Records drawn from a dataset
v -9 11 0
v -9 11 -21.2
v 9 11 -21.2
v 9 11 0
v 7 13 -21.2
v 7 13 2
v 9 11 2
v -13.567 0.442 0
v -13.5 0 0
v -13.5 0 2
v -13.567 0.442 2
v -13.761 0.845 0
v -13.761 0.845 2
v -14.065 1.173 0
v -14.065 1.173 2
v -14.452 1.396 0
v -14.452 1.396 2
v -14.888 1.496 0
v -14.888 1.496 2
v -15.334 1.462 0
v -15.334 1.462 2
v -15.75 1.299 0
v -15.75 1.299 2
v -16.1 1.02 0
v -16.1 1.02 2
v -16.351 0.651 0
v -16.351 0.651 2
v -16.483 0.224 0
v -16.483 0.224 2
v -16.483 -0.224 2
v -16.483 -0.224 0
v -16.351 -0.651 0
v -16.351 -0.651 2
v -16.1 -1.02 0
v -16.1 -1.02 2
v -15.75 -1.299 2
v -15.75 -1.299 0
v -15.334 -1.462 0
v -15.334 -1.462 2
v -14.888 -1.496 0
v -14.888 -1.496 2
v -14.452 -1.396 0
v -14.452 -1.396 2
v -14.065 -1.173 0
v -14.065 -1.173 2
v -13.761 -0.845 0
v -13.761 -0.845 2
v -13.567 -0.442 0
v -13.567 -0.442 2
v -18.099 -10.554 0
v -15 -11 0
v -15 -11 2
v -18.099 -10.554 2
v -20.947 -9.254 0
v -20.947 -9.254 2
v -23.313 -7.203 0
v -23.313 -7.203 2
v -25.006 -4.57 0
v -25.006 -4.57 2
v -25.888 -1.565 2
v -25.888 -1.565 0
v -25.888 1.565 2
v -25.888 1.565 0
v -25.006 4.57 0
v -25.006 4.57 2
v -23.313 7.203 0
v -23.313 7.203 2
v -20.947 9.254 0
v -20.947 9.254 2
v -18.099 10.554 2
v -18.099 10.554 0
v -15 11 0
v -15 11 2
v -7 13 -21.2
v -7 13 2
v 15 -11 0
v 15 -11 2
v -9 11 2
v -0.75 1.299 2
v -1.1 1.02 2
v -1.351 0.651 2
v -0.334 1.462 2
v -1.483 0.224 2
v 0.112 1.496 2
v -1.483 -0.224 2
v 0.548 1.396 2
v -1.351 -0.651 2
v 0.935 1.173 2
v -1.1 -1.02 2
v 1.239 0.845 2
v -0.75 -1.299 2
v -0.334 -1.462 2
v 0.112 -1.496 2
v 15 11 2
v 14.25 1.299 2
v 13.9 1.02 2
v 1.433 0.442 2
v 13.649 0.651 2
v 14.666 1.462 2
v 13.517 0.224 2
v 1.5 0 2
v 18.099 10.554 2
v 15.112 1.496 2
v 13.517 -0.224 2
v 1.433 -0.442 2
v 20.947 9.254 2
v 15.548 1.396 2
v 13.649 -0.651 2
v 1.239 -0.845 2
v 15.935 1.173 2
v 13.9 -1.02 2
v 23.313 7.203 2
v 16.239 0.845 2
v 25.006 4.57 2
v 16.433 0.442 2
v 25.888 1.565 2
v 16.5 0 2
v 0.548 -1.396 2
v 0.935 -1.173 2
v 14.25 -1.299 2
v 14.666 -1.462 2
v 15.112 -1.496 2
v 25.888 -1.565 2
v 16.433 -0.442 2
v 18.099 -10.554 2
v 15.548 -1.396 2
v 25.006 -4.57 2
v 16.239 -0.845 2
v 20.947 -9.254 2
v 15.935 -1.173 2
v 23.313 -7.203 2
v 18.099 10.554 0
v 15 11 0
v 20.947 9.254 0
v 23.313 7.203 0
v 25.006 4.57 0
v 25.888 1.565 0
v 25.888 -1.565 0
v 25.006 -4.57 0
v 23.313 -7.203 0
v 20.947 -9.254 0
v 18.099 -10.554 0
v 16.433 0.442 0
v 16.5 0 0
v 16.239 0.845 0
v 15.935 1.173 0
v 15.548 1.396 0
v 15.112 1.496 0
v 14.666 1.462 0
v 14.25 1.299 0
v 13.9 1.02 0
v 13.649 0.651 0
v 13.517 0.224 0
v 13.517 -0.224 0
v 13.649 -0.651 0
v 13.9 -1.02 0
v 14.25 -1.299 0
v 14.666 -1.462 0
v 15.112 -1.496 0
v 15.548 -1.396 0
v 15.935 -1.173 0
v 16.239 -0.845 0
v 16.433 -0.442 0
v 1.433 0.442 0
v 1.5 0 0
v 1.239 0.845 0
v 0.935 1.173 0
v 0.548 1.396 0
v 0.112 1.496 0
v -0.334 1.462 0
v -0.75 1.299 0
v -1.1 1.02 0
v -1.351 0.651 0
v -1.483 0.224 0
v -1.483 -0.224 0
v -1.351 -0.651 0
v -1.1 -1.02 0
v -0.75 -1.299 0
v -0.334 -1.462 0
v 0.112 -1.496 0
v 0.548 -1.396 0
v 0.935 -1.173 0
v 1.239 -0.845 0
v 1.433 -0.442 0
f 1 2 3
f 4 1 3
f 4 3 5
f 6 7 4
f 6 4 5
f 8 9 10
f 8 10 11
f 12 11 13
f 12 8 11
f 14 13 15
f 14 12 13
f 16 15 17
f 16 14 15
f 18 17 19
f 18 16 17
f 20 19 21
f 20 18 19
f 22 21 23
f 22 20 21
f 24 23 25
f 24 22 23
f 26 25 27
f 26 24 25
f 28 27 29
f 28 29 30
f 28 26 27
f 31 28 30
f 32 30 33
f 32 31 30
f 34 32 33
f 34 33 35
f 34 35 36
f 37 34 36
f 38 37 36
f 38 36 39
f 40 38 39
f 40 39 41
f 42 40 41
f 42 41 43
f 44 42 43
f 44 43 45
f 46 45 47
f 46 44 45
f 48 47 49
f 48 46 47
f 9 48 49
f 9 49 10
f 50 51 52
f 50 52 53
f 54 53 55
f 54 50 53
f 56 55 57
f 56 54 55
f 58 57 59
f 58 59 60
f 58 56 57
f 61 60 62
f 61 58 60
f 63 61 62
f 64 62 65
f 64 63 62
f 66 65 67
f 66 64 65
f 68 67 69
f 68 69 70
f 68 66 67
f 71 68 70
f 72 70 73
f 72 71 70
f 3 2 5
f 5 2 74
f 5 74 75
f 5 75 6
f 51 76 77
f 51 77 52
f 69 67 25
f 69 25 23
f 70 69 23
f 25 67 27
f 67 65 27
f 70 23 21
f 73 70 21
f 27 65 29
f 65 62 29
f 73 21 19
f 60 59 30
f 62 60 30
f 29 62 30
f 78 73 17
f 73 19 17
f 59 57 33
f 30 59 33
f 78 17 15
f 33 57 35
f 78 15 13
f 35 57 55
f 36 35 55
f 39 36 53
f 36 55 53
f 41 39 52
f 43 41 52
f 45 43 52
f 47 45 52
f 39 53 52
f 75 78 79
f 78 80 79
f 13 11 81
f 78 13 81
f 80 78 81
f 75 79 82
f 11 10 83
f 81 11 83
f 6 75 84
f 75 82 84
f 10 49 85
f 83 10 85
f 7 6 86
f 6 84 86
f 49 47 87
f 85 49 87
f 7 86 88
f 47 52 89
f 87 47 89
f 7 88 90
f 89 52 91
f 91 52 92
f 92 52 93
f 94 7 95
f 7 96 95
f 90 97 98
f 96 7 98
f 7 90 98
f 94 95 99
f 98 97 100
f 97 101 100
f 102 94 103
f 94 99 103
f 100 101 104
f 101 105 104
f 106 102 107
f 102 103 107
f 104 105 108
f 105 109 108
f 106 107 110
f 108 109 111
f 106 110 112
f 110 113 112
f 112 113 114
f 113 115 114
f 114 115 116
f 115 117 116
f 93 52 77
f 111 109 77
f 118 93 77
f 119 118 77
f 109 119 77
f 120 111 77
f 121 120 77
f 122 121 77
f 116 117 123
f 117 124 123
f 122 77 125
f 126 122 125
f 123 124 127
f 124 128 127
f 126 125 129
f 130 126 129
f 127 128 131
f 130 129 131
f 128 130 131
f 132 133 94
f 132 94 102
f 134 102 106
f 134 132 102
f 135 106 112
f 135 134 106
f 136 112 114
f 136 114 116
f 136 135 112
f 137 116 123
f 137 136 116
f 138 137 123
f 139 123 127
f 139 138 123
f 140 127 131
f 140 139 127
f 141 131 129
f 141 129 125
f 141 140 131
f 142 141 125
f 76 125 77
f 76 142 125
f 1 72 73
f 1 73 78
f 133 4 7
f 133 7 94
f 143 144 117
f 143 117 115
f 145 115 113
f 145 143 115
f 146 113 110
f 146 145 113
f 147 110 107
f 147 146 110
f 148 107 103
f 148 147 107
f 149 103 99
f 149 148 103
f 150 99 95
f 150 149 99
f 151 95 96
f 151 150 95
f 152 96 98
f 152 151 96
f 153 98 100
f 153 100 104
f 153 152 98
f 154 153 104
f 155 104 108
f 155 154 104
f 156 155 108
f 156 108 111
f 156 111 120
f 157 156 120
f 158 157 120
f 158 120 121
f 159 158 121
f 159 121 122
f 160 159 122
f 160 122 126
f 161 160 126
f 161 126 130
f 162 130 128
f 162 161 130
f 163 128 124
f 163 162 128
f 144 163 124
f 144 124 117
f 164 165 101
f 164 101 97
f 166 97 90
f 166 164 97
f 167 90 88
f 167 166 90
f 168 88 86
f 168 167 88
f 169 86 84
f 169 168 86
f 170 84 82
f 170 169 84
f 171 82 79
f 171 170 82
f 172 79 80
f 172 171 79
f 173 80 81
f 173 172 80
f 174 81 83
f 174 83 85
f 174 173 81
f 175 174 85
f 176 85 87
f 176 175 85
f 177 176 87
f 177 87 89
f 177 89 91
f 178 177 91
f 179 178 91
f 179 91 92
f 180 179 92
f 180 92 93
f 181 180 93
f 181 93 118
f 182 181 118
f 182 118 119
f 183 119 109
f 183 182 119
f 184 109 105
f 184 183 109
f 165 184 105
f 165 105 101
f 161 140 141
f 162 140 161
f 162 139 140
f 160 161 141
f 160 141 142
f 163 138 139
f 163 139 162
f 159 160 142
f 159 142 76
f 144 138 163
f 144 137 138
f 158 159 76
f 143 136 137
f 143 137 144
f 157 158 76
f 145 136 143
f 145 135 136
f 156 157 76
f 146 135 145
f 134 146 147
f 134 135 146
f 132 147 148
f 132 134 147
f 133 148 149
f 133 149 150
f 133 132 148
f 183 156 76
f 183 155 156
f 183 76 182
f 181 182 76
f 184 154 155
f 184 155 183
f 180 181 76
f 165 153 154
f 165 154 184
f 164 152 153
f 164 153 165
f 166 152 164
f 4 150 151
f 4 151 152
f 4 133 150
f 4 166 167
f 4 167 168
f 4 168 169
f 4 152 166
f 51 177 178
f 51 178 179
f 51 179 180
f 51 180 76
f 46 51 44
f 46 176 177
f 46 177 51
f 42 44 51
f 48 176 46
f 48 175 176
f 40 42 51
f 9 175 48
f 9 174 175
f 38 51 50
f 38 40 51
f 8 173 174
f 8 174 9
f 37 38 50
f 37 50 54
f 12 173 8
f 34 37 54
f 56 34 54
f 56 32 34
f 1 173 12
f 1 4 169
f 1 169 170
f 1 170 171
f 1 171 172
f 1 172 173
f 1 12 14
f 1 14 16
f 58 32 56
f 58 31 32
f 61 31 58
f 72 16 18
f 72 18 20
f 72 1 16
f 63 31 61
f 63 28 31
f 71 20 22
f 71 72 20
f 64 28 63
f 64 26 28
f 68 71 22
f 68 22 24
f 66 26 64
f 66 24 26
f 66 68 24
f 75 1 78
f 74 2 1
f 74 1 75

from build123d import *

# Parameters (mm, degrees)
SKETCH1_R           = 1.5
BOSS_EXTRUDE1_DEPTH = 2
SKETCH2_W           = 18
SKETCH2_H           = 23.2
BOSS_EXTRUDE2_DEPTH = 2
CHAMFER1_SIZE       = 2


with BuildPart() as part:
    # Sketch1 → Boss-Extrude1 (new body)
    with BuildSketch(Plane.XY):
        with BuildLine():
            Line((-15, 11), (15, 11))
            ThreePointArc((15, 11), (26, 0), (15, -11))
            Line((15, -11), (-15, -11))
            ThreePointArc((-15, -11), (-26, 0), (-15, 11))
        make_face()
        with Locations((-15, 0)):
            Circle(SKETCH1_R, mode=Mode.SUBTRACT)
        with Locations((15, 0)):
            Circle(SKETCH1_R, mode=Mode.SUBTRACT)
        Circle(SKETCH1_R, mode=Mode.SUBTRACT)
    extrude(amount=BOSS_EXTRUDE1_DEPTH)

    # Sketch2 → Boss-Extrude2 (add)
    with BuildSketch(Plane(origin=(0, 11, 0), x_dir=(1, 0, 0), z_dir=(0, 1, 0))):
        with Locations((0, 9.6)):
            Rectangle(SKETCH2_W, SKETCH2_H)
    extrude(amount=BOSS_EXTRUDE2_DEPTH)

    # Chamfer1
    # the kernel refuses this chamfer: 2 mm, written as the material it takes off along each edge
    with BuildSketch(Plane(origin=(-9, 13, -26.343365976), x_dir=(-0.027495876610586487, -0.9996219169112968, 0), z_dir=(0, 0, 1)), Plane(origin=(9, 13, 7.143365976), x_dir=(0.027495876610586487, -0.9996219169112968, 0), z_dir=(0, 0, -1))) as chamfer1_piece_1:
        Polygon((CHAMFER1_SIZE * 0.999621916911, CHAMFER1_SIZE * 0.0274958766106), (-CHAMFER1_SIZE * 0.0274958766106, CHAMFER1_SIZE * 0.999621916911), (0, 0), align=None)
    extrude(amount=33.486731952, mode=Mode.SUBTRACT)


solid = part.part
---
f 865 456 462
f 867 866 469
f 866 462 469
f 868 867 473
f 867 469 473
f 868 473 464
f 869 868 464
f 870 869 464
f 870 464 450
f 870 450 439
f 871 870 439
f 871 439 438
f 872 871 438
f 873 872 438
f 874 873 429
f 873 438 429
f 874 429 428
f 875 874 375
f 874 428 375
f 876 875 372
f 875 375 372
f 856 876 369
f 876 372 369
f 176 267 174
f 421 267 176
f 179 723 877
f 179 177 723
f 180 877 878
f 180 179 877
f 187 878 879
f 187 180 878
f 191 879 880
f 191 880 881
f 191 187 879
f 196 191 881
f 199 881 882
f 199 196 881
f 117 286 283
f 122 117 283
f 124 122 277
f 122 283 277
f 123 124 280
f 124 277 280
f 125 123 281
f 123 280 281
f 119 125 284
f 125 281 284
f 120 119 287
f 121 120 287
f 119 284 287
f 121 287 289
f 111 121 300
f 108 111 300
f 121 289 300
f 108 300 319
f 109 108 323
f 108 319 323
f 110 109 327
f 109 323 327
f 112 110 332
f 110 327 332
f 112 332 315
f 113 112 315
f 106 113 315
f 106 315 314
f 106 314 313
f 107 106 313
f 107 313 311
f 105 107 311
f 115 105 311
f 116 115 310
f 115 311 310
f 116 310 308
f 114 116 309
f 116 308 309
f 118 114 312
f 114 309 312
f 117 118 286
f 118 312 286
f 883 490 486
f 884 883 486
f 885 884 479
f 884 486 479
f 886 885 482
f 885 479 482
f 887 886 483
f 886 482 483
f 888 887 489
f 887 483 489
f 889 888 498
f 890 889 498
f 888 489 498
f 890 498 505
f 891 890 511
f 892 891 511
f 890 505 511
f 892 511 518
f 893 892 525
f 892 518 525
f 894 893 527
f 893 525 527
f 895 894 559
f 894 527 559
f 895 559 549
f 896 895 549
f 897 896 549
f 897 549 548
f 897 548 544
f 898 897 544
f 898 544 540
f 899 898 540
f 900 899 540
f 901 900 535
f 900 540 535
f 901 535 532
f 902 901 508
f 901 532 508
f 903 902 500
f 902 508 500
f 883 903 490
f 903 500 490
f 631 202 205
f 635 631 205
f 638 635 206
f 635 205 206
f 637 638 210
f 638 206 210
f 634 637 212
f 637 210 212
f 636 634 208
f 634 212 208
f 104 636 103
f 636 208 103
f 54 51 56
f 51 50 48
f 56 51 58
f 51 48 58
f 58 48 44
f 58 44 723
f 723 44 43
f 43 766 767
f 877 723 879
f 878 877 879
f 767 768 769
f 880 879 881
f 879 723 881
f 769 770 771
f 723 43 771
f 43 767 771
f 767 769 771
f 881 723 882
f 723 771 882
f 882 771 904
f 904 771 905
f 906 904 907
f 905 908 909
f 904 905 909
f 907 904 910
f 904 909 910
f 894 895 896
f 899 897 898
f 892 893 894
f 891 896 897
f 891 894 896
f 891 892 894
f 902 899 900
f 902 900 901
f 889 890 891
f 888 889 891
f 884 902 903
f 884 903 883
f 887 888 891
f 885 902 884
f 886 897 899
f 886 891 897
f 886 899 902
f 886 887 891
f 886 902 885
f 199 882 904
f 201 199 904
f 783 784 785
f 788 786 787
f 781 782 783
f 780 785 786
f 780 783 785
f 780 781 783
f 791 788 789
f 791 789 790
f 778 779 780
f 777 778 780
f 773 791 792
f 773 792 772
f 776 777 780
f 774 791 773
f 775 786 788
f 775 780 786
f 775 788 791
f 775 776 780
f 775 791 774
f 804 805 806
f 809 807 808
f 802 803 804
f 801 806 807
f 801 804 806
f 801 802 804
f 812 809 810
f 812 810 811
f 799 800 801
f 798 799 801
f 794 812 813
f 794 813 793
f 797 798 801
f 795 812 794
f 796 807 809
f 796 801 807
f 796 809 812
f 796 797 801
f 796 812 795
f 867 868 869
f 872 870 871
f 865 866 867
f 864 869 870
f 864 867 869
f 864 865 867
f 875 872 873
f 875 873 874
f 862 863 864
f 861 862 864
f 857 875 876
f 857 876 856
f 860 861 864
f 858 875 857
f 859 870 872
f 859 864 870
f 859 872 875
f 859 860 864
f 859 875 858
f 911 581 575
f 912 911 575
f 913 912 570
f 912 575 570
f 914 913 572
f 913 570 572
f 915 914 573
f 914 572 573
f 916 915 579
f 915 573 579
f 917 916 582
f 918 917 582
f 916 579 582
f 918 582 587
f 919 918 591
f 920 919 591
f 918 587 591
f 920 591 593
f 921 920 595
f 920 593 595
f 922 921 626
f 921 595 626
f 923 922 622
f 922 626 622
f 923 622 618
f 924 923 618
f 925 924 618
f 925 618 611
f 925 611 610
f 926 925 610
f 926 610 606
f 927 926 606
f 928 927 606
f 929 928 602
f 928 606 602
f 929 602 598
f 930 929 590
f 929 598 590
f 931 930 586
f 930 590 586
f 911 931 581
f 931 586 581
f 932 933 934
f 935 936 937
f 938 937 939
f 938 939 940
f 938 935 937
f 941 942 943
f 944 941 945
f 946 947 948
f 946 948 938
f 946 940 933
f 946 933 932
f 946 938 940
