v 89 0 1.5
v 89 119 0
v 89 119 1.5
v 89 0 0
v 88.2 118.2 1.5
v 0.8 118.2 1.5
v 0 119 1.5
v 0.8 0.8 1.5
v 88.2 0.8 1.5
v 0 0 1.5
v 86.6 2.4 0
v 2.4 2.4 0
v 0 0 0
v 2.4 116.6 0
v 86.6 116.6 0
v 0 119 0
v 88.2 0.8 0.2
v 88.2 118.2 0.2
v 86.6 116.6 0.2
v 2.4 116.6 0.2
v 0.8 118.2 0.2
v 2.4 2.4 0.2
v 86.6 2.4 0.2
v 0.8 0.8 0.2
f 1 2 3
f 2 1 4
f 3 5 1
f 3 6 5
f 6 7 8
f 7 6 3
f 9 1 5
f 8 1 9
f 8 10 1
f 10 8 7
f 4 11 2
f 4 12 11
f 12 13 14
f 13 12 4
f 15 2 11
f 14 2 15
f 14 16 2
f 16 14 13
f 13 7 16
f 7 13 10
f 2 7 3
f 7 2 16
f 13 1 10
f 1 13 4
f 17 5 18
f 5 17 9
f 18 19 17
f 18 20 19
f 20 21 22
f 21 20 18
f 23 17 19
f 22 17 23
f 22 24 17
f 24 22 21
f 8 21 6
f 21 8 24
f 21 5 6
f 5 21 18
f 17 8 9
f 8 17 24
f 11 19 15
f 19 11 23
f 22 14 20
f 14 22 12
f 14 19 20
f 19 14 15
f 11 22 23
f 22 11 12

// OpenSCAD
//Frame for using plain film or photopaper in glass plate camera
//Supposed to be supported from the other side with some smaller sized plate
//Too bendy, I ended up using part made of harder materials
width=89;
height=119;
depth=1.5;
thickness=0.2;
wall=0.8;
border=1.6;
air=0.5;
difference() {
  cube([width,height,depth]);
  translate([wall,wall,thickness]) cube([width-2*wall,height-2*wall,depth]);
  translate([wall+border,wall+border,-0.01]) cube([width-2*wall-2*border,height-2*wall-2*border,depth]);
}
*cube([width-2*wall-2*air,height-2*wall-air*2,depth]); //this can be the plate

- [Your goal] Take the stretch of lines above from the one containing "f 886 897 899" through the one containing "f 774 791 773" and repeat it exactly, adding no other line.

- [Exercise result]
f 886 897 899
f 886 891 897
f 886 899 902
f 886 887 891
f 886 902 885
f 199 882 904
f 201 199 904
f 783 784 785
f 788 786 787
f 781 782 783
f 780 785 786
f 780 783 785
f 780 781 783
f 791 788 789
f 791 789 790
f 778 779 780
f 777 778 780
f 773 791 792
f 773 792 772
f 776 777 780
f 774 791 773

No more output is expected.